# [TASK PROMPT]
State how many lines of the listing below include the word "centre". Give only the number.
INFORMATION SHOWN section start
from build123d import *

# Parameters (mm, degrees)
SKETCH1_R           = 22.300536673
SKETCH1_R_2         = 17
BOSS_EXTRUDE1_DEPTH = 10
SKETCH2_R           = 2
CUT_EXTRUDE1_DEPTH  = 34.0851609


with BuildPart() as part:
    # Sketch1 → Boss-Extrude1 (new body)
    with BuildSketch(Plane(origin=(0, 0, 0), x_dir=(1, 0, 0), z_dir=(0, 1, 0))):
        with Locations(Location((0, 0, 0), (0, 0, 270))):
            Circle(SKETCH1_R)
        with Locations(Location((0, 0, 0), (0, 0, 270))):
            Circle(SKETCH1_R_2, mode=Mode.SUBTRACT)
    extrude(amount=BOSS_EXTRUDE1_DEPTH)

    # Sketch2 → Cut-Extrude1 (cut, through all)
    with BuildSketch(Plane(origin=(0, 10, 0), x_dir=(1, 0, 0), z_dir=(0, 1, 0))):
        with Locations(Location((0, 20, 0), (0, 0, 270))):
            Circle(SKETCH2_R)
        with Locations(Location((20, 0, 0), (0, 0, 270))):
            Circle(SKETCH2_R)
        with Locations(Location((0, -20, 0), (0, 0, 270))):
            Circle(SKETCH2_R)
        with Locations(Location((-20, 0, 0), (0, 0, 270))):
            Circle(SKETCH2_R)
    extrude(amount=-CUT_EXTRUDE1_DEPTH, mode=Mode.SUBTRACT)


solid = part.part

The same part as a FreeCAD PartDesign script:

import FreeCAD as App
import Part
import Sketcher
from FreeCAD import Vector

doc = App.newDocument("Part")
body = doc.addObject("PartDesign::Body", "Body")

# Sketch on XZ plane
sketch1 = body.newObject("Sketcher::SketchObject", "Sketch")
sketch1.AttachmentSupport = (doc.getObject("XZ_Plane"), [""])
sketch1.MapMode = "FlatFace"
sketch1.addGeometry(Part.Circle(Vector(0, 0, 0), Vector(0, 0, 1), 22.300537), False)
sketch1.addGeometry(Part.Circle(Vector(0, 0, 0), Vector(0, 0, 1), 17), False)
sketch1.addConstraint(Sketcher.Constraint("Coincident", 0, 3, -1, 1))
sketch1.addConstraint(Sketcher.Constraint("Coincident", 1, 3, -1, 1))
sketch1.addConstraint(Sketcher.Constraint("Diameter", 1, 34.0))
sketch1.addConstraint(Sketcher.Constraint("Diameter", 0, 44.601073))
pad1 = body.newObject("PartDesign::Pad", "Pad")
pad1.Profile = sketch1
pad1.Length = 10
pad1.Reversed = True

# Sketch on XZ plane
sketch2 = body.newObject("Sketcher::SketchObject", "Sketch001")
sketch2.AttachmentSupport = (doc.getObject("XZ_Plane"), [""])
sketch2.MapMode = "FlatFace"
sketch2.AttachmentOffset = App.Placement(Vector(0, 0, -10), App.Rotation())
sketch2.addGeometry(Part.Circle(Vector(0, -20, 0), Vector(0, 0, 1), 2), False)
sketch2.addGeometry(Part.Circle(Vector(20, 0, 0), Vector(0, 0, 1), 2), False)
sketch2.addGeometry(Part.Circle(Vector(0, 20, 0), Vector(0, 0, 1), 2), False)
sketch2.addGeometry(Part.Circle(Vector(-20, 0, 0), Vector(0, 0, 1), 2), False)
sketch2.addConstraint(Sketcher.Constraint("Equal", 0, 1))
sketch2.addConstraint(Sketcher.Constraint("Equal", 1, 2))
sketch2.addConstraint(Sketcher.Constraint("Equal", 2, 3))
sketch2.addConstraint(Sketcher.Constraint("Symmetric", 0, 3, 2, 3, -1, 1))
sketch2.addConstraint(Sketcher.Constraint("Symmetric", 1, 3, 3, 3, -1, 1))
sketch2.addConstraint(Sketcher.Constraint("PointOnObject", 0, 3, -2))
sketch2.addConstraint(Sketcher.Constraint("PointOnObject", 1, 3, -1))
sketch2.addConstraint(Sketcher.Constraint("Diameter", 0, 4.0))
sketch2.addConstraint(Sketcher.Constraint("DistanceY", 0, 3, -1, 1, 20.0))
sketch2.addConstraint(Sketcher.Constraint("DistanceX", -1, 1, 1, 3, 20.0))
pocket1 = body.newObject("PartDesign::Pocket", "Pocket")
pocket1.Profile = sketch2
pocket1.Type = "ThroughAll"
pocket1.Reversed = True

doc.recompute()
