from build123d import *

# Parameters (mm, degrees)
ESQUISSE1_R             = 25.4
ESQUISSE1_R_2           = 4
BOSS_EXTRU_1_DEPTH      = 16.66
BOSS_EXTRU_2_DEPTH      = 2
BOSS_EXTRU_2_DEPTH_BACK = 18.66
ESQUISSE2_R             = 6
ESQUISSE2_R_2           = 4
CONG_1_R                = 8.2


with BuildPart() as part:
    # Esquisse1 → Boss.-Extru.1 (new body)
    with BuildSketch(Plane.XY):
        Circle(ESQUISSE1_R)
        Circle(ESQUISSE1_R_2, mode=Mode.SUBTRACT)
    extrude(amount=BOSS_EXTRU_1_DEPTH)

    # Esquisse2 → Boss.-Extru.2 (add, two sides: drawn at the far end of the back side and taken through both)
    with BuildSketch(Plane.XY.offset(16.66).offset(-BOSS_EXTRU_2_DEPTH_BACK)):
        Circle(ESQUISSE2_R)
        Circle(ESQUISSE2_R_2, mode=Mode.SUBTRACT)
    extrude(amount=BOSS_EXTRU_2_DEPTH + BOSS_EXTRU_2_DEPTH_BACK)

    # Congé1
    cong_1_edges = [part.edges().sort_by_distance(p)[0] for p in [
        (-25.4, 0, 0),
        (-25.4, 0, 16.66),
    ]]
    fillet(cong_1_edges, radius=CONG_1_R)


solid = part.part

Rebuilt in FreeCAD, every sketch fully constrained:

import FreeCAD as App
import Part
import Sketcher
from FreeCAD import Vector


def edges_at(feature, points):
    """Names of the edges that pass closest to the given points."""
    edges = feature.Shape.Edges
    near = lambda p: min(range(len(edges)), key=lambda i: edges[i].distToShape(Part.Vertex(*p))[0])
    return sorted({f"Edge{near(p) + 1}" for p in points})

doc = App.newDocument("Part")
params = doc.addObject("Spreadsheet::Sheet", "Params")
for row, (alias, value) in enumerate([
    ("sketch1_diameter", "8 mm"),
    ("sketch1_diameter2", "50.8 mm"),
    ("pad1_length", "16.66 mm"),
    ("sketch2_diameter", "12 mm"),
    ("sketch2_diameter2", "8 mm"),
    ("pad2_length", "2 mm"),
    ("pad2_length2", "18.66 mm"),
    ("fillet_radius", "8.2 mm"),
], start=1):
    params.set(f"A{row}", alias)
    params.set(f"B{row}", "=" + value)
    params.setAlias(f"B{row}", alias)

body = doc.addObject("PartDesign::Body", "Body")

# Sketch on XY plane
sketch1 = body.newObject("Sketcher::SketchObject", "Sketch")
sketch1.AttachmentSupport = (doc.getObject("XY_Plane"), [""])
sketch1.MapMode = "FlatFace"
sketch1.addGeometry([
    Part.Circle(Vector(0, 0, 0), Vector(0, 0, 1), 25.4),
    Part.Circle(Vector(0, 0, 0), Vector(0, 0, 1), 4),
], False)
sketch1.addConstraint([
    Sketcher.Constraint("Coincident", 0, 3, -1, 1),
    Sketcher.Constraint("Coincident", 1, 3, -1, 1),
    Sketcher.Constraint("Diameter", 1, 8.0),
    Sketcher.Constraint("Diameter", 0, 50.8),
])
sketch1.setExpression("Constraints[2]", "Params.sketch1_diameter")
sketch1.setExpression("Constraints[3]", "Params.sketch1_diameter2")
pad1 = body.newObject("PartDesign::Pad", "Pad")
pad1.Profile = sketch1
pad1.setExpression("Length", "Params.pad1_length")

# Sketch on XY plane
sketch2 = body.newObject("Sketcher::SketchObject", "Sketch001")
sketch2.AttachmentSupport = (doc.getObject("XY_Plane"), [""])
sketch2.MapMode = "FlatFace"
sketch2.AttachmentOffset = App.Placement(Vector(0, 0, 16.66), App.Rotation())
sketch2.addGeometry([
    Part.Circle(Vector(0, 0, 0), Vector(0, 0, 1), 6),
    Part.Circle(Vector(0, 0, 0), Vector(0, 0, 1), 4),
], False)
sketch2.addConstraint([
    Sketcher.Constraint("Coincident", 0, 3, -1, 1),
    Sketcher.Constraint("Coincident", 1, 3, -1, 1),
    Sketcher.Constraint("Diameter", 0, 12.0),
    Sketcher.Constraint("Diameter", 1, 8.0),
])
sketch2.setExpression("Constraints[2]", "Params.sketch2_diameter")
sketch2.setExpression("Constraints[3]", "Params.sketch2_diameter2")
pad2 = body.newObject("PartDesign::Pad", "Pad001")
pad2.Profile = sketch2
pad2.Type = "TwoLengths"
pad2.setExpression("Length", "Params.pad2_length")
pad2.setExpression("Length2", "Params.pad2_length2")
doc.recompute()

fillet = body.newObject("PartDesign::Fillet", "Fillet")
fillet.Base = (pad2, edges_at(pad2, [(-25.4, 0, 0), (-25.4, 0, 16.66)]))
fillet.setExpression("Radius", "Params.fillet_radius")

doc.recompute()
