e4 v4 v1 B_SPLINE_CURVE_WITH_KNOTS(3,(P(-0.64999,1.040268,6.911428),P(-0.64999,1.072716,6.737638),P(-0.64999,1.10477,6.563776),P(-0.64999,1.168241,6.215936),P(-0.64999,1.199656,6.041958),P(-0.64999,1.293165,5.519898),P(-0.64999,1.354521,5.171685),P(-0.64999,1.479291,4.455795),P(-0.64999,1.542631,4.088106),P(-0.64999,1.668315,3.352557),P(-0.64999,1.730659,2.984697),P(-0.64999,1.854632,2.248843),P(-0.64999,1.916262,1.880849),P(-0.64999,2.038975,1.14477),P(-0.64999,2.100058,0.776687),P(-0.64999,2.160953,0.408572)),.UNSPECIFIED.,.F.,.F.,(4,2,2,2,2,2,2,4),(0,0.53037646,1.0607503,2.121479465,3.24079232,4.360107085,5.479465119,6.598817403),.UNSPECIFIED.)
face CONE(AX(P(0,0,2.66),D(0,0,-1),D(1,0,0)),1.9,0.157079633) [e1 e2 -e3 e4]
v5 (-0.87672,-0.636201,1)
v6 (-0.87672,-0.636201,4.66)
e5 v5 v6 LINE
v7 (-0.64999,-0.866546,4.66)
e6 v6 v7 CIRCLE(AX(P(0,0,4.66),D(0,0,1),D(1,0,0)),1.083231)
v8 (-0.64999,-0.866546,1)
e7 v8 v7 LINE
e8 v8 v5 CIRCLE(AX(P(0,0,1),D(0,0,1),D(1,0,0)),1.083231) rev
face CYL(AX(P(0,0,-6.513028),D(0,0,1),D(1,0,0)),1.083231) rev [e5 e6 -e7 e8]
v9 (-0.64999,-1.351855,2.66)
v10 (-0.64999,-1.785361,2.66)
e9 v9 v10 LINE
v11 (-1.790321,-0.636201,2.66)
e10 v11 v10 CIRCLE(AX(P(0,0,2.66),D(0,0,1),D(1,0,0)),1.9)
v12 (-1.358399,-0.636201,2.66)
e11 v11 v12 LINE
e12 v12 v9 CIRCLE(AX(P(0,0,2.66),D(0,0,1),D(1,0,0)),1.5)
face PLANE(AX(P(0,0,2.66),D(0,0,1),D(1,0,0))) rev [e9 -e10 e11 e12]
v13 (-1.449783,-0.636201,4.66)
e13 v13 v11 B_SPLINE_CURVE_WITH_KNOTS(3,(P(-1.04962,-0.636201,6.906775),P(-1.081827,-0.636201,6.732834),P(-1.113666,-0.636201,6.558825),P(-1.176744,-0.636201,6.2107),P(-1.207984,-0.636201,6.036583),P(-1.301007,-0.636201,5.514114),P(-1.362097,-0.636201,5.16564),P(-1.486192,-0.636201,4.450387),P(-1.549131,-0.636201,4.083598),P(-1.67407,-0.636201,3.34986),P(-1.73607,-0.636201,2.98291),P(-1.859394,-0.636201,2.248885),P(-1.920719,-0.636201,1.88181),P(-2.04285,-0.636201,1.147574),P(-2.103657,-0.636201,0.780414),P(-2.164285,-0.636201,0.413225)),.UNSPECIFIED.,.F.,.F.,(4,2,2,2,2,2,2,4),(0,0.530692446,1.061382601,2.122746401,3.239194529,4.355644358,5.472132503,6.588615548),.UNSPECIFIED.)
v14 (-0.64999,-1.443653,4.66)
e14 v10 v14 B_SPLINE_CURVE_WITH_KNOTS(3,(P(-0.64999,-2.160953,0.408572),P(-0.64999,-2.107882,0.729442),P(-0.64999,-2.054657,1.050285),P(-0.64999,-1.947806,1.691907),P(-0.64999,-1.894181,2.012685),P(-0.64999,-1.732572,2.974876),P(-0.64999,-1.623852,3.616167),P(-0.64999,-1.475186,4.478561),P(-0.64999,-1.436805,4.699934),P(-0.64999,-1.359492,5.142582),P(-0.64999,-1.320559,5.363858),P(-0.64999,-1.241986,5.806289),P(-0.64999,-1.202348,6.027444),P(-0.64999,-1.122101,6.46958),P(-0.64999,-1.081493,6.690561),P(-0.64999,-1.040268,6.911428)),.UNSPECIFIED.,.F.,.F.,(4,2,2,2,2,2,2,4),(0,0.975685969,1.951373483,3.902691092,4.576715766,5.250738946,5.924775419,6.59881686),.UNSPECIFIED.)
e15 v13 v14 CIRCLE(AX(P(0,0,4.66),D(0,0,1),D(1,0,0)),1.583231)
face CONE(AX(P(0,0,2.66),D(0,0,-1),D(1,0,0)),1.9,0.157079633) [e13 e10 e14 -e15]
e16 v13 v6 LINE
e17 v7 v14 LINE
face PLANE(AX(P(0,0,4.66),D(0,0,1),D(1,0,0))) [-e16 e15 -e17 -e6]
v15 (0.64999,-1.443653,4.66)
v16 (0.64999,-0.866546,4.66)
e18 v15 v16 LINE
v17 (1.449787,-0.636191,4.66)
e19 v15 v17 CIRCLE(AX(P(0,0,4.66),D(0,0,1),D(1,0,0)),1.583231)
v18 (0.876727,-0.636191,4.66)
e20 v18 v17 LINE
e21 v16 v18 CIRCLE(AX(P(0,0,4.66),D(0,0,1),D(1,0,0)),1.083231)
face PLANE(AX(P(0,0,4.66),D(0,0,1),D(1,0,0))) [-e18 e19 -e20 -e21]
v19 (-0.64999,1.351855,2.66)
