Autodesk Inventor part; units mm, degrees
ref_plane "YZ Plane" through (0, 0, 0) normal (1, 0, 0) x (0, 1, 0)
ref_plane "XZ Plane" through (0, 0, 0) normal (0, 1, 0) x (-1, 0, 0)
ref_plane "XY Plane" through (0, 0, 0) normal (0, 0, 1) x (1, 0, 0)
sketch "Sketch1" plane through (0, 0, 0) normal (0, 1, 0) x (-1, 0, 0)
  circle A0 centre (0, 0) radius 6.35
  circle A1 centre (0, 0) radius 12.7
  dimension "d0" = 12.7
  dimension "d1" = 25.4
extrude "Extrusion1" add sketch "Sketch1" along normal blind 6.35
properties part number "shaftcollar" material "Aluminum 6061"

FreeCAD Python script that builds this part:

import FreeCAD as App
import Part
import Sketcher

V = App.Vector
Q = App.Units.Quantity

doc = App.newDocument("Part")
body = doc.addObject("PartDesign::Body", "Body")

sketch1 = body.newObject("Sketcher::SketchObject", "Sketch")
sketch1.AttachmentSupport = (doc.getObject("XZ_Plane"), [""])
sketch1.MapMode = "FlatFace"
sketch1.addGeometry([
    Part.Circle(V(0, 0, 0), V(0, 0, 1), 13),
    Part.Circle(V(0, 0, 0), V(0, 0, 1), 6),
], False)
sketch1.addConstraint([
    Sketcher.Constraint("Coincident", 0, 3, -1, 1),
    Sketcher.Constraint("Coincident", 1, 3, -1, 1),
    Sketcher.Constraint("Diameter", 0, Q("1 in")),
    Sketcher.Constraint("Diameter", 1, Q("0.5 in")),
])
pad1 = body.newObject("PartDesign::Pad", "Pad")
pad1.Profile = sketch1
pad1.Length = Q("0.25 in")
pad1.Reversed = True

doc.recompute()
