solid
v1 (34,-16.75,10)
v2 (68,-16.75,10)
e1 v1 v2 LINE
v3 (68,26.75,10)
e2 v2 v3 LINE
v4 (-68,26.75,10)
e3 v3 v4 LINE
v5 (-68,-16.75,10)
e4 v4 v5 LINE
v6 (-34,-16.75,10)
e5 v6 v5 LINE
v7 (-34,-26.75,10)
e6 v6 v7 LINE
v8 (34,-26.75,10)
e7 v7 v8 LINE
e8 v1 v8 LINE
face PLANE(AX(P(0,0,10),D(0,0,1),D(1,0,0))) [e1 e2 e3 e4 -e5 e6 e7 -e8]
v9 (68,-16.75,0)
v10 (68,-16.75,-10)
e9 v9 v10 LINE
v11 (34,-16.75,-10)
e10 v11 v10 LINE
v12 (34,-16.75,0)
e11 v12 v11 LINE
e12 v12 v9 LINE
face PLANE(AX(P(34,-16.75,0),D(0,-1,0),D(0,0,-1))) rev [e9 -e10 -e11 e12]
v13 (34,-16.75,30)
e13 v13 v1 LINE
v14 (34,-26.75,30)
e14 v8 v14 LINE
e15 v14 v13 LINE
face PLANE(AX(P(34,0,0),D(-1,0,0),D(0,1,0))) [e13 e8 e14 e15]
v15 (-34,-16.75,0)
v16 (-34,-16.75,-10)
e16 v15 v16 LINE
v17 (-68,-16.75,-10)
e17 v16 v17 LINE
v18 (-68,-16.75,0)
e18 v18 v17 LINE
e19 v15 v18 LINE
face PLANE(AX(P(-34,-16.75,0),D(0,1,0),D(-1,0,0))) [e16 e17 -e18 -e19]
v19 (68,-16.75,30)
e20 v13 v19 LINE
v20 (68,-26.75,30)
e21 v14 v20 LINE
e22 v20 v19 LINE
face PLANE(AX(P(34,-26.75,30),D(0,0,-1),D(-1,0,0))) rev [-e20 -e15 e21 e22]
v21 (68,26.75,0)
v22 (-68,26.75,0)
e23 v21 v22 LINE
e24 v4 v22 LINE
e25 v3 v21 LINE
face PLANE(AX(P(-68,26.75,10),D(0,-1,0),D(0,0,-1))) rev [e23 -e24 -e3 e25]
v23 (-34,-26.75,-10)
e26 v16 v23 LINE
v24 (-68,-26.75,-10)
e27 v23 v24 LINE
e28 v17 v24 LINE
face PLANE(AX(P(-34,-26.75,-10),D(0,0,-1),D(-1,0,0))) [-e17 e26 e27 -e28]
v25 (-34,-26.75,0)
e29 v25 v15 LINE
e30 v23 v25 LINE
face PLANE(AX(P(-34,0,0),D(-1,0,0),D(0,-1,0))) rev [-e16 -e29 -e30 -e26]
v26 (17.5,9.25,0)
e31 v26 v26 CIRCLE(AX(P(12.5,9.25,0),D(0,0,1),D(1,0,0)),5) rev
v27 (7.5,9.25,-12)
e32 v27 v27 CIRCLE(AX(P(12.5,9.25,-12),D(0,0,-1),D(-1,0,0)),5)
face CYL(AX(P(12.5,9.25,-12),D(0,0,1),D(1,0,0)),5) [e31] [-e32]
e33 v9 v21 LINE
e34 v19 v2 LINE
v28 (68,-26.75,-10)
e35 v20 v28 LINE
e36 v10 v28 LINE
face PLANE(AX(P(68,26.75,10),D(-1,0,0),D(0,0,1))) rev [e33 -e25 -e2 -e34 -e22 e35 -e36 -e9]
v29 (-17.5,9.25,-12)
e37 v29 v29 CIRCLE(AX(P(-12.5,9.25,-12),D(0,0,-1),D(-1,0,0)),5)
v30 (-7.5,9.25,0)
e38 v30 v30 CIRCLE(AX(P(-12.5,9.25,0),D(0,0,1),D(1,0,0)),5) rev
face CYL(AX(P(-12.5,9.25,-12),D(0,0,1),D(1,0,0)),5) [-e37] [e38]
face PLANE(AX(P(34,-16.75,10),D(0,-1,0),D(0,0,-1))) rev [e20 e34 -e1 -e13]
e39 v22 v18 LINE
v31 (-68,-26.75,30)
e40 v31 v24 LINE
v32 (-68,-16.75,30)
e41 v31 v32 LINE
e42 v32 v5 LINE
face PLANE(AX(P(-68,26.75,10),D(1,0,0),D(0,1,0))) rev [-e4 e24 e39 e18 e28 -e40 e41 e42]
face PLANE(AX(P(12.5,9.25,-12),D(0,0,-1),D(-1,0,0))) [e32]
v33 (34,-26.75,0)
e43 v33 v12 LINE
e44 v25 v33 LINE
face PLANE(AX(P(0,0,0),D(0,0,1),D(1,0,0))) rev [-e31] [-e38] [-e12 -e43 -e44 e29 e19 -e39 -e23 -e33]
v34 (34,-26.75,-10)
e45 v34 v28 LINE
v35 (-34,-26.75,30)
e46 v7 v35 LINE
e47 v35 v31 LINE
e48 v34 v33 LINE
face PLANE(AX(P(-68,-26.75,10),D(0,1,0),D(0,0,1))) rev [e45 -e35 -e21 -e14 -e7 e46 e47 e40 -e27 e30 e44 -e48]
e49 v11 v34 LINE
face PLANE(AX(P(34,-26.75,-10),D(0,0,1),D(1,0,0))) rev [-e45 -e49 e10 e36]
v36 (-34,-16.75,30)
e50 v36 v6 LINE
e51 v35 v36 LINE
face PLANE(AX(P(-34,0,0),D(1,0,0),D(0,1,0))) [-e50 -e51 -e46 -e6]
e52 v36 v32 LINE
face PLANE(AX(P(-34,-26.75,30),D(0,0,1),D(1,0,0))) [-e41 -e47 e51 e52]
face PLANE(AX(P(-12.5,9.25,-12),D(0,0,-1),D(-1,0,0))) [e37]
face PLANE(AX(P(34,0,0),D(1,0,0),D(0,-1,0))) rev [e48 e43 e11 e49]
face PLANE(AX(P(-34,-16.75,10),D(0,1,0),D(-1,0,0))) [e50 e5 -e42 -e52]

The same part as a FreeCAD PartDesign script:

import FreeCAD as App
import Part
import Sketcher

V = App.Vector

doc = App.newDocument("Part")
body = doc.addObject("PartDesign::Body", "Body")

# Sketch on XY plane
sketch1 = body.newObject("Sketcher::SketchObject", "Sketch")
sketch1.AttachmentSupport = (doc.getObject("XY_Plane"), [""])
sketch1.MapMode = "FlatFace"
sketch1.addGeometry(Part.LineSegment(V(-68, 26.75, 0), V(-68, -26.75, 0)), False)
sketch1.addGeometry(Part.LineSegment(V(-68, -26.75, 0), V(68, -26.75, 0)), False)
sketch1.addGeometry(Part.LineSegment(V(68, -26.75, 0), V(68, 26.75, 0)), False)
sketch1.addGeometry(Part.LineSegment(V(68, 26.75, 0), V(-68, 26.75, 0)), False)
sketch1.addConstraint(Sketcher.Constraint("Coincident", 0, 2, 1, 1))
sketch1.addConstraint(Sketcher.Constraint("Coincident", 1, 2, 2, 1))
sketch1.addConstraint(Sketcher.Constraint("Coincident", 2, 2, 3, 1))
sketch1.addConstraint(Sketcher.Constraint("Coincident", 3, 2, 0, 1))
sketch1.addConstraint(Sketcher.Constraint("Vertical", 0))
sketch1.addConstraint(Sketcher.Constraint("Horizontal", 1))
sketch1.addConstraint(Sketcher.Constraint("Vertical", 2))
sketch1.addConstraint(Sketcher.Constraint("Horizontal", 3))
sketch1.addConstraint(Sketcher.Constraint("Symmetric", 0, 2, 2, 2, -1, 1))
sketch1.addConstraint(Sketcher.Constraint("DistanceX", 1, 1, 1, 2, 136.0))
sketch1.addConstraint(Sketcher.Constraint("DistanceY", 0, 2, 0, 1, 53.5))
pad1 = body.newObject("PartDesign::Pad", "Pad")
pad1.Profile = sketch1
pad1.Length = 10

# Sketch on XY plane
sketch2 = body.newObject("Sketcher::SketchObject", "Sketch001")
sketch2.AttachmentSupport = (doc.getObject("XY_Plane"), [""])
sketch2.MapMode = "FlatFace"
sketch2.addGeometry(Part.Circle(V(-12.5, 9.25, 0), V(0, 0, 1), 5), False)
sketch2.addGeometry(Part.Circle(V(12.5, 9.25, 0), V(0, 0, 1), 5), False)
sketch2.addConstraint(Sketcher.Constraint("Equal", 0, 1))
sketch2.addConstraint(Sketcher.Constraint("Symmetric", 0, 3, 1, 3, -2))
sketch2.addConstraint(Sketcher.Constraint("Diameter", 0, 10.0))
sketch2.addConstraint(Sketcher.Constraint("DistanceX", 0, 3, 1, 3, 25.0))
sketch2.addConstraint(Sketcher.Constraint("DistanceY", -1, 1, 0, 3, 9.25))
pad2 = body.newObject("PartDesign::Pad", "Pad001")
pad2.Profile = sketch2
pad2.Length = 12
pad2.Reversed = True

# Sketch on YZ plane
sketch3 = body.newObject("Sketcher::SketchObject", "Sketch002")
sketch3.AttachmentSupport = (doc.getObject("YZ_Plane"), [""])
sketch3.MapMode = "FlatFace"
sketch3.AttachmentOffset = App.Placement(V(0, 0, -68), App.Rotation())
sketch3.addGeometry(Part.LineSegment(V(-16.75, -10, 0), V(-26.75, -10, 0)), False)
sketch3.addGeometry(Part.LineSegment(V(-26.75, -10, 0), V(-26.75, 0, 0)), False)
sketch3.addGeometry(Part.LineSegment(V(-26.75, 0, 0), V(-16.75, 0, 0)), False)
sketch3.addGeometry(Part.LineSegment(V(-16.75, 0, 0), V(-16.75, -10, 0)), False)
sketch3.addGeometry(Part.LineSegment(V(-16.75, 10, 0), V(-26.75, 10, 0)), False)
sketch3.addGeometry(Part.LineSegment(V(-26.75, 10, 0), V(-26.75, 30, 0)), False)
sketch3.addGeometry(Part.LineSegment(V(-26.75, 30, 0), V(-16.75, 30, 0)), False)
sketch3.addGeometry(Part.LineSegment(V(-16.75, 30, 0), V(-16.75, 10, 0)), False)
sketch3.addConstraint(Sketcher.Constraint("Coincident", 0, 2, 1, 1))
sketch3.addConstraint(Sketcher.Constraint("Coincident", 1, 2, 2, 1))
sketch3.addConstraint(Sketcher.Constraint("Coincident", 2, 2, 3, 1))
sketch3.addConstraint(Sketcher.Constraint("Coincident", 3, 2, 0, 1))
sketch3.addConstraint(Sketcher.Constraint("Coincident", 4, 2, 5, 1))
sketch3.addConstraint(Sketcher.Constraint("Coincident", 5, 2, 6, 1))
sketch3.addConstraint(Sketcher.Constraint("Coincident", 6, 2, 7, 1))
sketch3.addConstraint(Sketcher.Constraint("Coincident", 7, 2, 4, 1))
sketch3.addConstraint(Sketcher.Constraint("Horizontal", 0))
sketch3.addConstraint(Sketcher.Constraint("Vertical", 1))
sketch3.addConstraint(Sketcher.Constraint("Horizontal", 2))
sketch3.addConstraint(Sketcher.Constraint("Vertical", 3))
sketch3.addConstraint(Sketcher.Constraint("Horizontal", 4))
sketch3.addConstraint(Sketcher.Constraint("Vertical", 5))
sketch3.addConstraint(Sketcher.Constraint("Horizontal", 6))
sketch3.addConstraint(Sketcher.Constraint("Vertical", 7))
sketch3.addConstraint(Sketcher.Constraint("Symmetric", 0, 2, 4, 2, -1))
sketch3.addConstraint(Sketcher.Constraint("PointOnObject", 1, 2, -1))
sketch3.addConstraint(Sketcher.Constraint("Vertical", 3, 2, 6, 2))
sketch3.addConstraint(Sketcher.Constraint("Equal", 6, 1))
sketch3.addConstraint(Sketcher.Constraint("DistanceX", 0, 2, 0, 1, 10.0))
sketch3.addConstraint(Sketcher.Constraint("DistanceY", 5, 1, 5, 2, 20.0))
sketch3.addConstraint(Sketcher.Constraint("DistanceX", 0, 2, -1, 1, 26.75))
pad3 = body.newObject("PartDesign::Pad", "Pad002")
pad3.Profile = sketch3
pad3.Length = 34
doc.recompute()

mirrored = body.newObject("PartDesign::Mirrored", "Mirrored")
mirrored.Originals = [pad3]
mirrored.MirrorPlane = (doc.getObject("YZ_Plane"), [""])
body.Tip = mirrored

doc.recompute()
INFORMATION SHOWN section end
# [RESPONSE AREA]
2